Avril, pour m’y coucher, m’a fait un tapis d’herbe ;
Le lilas sur mon front s’épanouit en gerbe,
                    Nous sommes au printemps.
Prenez-moi dans vos bras, doux rêves du poète,
Entre vos seins polis posez ma pauvre tête
                    Et bercez-moi longtemps.

Loin de moi, cauchemars, spectres des nuits ! Les roses,
Les femmes, les chansons, toutes les belles choses
                    Et tous les beaux amours,
Voilà ce qu’il me faut. Salut, ô Muse antique,
Muse au frais laurier vert, à la blanche tunique,
                     Plus jeune tous les jours !
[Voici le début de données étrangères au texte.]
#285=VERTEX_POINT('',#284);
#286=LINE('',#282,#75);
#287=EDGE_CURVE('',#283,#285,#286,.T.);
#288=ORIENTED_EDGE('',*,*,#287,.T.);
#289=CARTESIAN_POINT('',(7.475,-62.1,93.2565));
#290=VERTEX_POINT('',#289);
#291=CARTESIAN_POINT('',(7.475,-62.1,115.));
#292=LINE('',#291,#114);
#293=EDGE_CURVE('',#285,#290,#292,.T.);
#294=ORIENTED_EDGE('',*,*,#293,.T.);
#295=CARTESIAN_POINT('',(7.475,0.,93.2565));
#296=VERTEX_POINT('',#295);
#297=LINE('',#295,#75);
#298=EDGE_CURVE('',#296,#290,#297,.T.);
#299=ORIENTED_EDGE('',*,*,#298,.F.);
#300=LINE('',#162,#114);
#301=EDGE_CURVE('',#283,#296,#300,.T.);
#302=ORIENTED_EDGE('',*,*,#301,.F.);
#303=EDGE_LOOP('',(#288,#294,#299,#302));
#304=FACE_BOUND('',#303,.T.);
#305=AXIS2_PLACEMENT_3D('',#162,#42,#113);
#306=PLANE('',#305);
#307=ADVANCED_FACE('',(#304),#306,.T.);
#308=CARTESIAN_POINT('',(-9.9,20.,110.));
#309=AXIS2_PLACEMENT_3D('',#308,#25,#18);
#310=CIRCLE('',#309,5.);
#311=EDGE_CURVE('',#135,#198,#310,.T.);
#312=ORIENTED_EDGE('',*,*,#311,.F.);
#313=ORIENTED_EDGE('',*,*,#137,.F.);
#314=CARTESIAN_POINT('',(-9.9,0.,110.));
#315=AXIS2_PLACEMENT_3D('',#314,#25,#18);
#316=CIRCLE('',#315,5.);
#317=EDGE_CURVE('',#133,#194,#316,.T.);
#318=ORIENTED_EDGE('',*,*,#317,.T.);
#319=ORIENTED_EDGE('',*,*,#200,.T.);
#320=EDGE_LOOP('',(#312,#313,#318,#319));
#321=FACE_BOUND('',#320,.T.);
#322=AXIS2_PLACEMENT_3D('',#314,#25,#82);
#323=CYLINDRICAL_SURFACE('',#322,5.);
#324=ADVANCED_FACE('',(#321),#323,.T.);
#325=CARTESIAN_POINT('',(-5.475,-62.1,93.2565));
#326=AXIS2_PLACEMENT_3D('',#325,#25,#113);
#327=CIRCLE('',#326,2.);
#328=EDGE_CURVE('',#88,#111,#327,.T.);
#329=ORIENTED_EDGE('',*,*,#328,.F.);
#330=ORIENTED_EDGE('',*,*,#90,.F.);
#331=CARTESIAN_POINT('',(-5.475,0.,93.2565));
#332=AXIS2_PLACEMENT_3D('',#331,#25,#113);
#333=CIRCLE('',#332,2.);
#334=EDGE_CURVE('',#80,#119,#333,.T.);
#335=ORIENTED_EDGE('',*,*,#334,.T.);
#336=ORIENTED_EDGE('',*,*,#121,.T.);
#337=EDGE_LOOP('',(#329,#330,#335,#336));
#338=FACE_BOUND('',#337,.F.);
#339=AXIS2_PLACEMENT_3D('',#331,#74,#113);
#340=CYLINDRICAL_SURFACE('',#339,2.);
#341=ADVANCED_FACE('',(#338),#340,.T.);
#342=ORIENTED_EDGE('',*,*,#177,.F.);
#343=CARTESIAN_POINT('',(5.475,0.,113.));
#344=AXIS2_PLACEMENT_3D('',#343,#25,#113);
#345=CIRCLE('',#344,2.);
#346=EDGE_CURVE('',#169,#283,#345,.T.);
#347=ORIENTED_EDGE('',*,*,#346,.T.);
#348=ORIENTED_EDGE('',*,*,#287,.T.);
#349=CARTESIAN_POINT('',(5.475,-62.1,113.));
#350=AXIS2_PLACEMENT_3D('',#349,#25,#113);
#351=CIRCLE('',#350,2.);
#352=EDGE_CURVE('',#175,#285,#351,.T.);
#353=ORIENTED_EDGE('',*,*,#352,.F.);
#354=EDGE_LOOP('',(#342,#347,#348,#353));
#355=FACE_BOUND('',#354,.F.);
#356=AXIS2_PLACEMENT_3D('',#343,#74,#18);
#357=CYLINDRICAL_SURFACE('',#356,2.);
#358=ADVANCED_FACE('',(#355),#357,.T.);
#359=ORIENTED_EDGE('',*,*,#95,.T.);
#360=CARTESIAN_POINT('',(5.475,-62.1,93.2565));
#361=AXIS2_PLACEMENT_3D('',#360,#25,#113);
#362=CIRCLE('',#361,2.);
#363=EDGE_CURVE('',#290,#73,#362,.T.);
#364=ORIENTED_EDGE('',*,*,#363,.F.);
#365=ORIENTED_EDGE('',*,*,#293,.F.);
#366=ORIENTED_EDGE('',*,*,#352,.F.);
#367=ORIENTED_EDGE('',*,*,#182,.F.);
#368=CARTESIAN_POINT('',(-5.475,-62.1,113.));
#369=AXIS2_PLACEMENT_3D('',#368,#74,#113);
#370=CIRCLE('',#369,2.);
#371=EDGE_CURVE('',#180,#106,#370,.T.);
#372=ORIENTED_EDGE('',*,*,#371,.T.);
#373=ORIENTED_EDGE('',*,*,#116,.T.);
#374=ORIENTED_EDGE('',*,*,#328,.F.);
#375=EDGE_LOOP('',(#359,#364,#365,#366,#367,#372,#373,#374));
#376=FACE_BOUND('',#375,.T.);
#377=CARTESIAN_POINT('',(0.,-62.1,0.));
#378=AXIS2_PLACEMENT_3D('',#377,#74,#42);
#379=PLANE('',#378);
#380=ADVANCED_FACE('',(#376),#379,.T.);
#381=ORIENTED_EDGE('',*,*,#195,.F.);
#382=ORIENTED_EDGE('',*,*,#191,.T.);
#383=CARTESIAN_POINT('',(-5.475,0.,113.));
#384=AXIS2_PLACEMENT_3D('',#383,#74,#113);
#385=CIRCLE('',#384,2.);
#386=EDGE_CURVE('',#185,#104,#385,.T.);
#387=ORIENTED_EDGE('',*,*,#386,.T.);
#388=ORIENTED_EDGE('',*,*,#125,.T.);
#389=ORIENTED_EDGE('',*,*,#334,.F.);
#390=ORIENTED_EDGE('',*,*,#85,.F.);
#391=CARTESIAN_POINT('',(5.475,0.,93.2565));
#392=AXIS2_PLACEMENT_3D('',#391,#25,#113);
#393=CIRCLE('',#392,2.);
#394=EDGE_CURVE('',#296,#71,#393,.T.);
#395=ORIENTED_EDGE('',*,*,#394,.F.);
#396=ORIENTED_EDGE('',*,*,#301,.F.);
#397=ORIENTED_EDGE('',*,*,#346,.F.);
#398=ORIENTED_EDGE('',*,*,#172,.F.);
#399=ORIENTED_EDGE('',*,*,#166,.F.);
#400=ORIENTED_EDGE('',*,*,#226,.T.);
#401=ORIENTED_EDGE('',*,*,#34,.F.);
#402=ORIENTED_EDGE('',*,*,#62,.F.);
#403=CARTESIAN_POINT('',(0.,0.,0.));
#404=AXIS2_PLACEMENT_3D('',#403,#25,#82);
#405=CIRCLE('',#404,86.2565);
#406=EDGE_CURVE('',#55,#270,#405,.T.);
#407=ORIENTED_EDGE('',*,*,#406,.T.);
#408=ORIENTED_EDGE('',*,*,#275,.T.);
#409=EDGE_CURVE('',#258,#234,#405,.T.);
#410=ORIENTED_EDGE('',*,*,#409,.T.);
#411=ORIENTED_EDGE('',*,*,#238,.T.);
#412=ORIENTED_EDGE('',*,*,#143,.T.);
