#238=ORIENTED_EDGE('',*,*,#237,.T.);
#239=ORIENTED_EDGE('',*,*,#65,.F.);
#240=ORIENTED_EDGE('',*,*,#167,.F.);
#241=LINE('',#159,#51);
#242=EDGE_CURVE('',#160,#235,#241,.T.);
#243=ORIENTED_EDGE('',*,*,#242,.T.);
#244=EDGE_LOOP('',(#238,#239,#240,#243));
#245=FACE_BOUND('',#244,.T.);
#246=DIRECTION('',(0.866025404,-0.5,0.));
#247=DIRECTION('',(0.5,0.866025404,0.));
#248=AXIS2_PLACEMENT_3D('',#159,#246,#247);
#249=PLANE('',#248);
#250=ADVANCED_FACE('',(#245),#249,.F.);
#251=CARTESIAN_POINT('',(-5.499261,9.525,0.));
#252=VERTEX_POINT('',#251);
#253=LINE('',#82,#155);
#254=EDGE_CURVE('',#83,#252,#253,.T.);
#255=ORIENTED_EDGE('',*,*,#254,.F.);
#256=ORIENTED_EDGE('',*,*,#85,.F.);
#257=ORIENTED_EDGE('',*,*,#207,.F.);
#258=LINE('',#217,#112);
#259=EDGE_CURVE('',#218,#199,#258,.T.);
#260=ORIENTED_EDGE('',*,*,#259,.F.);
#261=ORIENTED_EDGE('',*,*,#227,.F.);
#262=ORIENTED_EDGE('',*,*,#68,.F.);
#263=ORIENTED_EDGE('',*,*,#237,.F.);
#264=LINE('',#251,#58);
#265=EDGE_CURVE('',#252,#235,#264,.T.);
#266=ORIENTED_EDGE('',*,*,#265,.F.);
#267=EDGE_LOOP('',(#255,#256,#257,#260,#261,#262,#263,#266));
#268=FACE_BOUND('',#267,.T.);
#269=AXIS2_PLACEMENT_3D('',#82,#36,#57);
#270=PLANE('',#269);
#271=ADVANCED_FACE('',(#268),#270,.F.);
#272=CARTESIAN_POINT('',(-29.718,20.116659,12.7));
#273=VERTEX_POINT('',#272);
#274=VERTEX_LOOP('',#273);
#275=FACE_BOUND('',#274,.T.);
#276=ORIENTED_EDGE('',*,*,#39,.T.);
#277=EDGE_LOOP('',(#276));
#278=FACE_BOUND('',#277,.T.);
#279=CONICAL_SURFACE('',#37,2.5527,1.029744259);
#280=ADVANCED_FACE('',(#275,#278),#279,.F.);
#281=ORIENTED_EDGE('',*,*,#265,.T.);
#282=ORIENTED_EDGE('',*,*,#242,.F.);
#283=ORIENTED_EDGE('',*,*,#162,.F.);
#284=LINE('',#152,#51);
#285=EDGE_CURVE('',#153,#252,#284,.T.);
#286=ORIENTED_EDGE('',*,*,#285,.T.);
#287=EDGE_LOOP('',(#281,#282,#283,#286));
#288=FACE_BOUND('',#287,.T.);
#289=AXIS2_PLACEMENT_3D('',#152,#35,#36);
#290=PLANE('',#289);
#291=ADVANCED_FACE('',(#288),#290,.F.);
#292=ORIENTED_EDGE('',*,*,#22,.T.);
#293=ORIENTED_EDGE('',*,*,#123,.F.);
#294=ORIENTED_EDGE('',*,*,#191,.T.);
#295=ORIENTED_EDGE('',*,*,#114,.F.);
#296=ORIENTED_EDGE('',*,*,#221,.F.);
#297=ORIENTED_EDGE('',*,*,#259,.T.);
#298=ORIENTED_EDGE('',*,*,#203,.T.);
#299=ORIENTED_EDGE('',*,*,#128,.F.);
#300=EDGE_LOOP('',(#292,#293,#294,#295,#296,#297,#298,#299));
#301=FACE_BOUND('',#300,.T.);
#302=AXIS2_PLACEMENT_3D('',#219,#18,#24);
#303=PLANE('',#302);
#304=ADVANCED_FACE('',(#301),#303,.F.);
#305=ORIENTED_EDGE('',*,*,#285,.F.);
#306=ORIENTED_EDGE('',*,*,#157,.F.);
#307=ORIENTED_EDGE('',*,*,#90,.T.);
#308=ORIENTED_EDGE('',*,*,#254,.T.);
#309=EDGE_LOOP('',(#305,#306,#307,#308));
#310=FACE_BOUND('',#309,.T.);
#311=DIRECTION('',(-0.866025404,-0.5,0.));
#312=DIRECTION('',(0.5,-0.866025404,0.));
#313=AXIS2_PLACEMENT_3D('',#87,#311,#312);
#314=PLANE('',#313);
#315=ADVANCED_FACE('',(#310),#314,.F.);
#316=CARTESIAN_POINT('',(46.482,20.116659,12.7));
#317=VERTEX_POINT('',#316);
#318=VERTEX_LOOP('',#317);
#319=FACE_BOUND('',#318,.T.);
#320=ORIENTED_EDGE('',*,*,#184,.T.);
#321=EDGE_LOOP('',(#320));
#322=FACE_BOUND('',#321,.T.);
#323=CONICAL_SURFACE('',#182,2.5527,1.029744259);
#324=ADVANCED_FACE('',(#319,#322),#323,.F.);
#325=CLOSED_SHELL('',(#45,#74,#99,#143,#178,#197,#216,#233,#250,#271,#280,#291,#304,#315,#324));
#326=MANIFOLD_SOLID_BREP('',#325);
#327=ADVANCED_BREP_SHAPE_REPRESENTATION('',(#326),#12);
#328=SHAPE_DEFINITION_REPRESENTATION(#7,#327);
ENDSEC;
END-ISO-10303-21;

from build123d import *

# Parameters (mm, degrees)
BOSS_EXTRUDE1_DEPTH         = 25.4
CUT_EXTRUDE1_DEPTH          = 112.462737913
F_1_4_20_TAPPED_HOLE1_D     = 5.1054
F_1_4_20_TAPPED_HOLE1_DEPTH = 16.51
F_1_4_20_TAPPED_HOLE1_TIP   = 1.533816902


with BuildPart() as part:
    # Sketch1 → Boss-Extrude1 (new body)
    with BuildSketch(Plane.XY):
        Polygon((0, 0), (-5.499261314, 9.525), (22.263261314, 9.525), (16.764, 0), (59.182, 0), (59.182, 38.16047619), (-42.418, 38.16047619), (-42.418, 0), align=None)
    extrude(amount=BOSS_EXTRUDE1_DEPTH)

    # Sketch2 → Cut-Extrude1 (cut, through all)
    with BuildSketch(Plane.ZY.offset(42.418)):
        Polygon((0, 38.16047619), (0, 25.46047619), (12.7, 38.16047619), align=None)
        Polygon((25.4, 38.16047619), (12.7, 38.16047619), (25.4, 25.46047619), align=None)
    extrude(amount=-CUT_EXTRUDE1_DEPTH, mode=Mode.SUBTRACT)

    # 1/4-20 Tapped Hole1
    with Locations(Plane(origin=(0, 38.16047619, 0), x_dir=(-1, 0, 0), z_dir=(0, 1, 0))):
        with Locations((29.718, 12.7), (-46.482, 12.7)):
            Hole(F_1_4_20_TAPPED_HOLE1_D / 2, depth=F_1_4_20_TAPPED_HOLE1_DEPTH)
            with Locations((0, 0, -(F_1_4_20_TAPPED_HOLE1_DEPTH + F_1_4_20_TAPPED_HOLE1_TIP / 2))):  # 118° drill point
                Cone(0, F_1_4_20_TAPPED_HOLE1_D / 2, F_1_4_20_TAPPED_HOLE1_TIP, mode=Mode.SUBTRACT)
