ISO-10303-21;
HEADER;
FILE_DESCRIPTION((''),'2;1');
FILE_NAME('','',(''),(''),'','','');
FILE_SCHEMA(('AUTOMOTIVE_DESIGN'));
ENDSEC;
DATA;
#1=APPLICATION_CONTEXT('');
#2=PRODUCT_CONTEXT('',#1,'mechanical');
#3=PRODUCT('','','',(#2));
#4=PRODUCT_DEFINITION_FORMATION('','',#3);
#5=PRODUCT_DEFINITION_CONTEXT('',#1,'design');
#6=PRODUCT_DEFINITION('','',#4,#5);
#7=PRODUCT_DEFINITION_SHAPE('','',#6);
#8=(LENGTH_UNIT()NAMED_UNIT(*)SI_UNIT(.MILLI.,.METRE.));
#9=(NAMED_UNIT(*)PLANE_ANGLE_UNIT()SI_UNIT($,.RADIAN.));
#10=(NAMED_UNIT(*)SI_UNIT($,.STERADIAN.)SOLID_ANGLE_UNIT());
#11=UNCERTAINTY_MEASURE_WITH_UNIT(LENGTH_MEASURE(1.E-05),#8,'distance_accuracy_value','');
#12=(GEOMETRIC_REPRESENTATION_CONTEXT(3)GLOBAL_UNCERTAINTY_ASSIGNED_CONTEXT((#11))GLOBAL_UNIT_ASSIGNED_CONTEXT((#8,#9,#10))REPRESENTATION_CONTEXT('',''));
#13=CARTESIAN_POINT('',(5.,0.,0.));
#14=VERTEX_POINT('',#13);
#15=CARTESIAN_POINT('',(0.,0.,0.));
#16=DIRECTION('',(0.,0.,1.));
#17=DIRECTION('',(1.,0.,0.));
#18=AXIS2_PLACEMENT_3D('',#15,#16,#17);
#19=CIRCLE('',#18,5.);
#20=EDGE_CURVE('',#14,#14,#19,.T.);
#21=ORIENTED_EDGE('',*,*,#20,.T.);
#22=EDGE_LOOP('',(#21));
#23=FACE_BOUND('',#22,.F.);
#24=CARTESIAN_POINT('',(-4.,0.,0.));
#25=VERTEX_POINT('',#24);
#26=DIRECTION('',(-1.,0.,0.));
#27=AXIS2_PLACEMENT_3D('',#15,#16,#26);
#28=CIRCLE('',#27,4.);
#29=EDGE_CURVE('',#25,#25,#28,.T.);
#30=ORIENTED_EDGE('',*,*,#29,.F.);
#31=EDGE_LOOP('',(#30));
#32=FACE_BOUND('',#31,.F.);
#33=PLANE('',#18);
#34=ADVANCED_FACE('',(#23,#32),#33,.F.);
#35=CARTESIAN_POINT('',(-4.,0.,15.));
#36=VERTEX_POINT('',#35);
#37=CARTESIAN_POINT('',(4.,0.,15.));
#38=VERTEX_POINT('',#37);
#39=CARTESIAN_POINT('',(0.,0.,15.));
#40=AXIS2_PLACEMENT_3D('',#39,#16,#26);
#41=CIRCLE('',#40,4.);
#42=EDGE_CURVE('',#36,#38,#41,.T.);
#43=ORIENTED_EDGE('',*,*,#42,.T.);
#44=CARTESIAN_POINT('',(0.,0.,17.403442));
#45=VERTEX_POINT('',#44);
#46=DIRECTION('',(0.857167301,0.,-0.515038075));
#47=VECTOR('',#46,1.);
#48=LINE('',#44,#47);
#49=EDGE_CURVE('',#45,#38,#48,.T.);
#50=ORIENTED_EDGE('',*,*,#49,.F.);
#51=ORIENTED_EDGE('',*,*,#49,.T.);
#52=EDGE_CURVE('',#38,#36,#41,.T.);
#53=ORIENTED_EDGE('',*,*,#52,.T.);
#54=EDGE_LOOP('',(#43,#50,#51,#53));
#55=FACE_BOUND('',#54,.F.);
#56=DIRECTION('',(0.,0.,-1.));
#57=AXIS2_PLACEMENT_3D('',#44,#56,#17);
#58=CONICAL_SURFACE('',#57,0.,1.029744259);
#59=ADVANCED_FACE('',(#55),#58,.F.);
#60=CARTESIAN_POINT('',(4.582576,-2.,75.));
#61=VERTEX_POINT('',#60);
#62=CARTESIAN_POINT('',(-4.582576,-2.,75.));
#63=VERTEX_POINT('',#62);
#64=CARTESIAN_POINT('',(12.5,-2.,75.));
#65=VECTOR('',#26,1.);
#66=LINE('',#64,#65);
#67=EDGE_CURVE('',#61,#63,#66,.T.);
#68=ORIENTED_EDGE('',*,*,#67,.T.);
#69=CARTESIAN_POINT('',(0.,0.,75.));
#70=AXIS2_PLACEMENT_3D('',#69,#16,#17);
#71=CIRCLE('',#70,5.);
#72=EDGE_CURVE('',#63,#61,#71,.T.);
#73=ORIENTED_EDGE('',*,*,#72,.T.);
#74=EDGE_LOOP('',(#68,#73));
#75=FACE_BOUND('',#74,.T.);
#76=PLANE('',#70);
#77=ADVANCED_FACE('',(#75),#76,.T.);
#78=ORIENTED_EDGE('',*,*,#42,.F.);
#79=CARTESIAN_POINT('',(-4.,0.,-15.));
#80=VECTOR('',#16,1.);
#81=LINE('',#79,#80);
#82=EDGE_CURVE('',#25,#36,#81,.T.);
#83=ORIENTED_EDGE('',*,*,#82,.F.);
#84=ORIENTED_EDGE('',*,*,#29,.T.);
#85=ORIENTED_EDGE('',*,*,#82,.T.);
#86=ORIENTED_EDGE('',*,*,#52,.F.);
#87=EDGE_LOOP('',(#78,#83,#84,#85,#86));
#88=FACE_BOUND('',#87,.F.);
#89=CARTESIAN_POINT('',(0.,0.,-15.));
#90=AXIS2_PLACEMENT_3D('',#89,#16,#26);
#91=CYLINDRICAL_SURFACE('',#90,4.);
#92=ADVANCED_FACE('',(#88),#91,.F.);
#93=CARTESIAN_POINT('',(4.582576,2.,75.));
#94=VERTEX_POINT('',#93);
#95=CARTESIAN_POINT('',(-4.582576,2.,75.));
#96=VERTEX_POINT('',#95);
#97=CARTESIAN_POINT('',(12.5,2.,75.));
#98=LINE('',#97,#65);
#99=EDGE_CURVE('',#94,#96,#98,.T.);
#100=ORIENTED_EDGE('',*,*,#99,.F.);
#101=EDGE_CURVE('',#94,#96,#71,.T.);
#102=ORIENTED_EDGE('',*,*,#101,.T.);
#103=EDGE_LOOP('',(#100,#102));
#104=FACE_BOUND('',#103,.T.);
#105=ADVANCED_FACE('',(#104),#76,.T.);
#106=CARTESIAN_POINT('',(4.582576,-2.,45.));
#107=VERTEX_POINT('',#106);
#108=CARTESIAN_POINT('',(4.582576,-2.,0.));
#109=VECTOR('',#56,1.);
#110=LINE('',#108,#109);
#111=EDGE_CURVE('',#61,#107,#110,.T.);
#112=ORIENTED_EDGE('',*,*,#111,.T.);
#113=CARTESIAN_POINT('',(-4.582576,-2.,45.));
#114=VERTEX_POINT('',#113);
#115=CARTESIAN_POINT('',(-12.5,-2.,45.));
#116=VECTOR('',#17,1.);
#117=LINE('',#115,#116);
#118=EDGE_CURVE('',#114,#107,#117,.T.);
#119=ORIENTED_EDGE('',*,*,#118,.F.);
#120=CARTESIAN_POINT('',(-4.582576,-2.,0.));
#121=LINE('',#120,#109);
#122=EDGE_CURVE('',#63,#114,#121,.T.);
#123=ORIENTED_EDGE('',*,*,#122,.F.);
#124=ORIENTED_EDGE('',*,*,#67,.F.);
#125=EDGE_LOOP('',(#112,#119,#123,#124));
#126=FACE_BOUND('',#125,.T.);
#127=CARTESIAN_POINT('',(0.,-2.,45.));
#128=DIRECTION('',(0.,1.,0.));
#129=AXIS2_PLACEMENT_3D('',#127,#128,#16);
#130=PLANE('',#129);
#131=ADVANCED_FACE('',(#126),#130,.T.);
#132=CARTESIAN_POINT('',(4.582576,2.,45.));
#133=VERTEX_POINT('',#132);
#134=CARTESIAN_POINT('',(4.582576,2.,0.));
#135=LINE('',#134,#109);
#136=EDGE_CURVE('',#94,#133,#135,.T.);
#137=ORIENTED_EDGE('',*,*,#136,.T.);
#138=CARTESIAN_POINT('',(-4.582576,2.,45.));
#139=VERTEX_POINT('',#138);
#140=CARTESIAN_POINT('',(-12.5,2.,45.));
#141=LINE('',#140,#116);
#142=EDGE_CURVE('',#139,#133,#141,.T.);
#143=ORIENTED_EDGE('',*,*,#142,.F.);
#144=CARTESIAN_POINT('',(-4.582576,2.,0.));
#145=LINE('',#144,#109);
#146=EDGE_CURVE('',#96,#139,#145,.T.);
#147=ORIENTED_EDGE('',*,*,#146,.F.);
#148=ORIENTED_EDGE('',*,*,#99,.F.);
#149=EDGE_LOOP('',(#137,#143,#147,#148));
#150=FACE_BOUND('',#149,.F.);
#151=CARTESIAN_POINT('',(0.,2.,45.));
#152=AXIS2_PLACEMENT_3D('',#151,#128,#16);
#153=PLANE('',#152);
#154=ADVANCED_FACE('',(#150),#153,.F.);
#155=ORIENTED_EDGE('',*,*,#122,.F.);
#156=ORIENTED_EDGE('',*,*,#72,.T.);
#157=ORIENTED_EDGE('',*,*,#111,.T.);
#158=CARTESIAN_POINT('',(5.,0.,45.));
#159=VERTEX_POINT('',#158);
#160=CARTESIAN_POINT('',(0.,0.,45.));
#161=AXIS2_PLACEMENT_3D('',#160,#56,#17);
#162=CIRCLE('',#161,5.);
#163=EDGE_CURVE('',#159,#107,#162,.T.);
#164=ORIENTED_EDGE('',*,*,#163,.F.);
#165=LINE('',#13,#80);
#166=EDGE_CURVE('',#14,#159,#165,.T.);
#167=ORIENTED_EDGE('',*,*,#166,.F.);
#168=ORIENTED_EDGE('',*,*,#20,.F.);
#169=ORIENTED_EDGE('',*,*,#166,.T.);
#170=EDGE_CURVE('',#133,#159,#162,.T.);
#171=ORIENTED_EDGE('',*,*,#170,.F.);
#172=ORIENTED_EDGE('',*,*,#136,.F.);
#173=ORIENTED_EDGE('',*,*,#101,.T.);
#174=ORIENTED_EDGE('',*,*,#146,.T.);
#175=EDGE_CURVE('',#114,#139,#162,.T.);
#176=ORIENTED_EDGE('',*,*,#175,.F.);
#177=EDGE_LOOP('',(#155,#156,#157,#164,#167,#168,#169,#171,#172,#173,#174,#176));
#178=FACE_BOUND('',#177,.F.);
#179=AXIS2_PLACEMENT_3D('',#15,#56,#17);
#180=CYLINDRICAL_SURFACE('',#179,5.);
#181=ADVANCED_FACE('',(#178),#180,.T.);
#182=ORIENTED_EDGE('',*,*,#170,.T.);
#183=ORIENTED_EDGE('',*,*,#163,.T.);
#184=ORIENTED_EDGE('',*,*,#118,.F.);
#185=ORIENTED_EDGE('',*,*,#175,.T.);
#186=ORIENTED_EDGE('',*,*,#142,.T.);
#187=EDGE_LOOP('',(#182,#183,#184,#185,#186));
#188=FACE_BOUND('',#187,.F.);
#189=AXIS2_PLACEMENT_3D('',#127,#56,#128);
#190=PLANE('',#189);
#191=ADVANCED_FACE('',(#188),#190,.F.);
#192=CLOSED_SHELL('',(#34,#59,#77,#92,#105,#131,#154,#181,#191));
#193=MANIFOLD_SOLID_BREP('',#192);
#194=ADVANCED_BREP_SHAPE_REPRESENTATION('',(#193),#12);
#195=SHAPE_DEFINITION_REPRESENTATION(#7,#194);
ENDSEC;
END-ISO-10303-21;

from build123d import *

# Parameters (mm, degrees)
F0_R     = 5
F1_DEPTH = 75
F3_D     = 8
F3_DEPTH = 15
F3_TIP   = 2.4034424761
F4_W     = 2
F4_H     = 30
F5_DEPTH = 12.5


with BuildPart() as f1:
    # F0 (on Top) → F1 (new body)
    with BuildSketch(Plane.XY):
        Circle(F0_R)
    extrude(amount=F1_DEPTH)

    # F3
    with Locations(Plane(origin=(0, 0, 0), x_dir=(1, 0, 0), z_dir=(0, 0, -1))):
        with Locations((0, 0)):
            Hole(F3_D / 2, depth=F3_DEPTH)
            with Locations((0, 0, -(F3_DEPTH + F3_TIP / 2))):  # 118° drill point
                Cone(0, F3_D / 2, F3_TIP, mode=Mode.SUBTRACT)

    # F4 (on Right) → F5 (cut, symmetric)
    with BuildSketch(Plane.YZ):
        with Locations((-1, 60)):
            Rectangle(F4_W, F4_H)
        with Locations((1, 60)):
            Rectangle(F4_W, F4_H)
    extrude(amount=F5_DEPTH, both=True, mode=Mode.SUBTRACT)


solid = f1.part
Brune aux yeux de lotus, blonde à paupière noire,
Ô Grecque de Milet, sur l’escabeau d’ivoire
                    Pose tes beaux pieds nus ;
Que d’un nectar vermeil la coupe se couronne !
Je bois à ta santé d’abord, blanche Théone,
                    Puis aux dieux inconnus.

Ta gorge est plus lascive et plus souple que l’onde ;
Le lait n’est pas si pur, et la pomme est moins ronde.
                    Allons, un beau baiser !
Hâtons-nous, hâtons-nous ! Notre vie, ô Théone,
Est un cheval ailé que le Temps éperonne ;
                    Hâtons-nous d’en user.

Chantons Io, Péan !… Mais quelle est cette femme
Si pâle sous son voile ? Ah ! c’est toi, vieille infâme !
                    Je vois ton crâne ras.
Je vois tes grands yeux creux, prostituée immonde,
Courtisane éternelle environnant le monde
                    Avec tes maigres bras !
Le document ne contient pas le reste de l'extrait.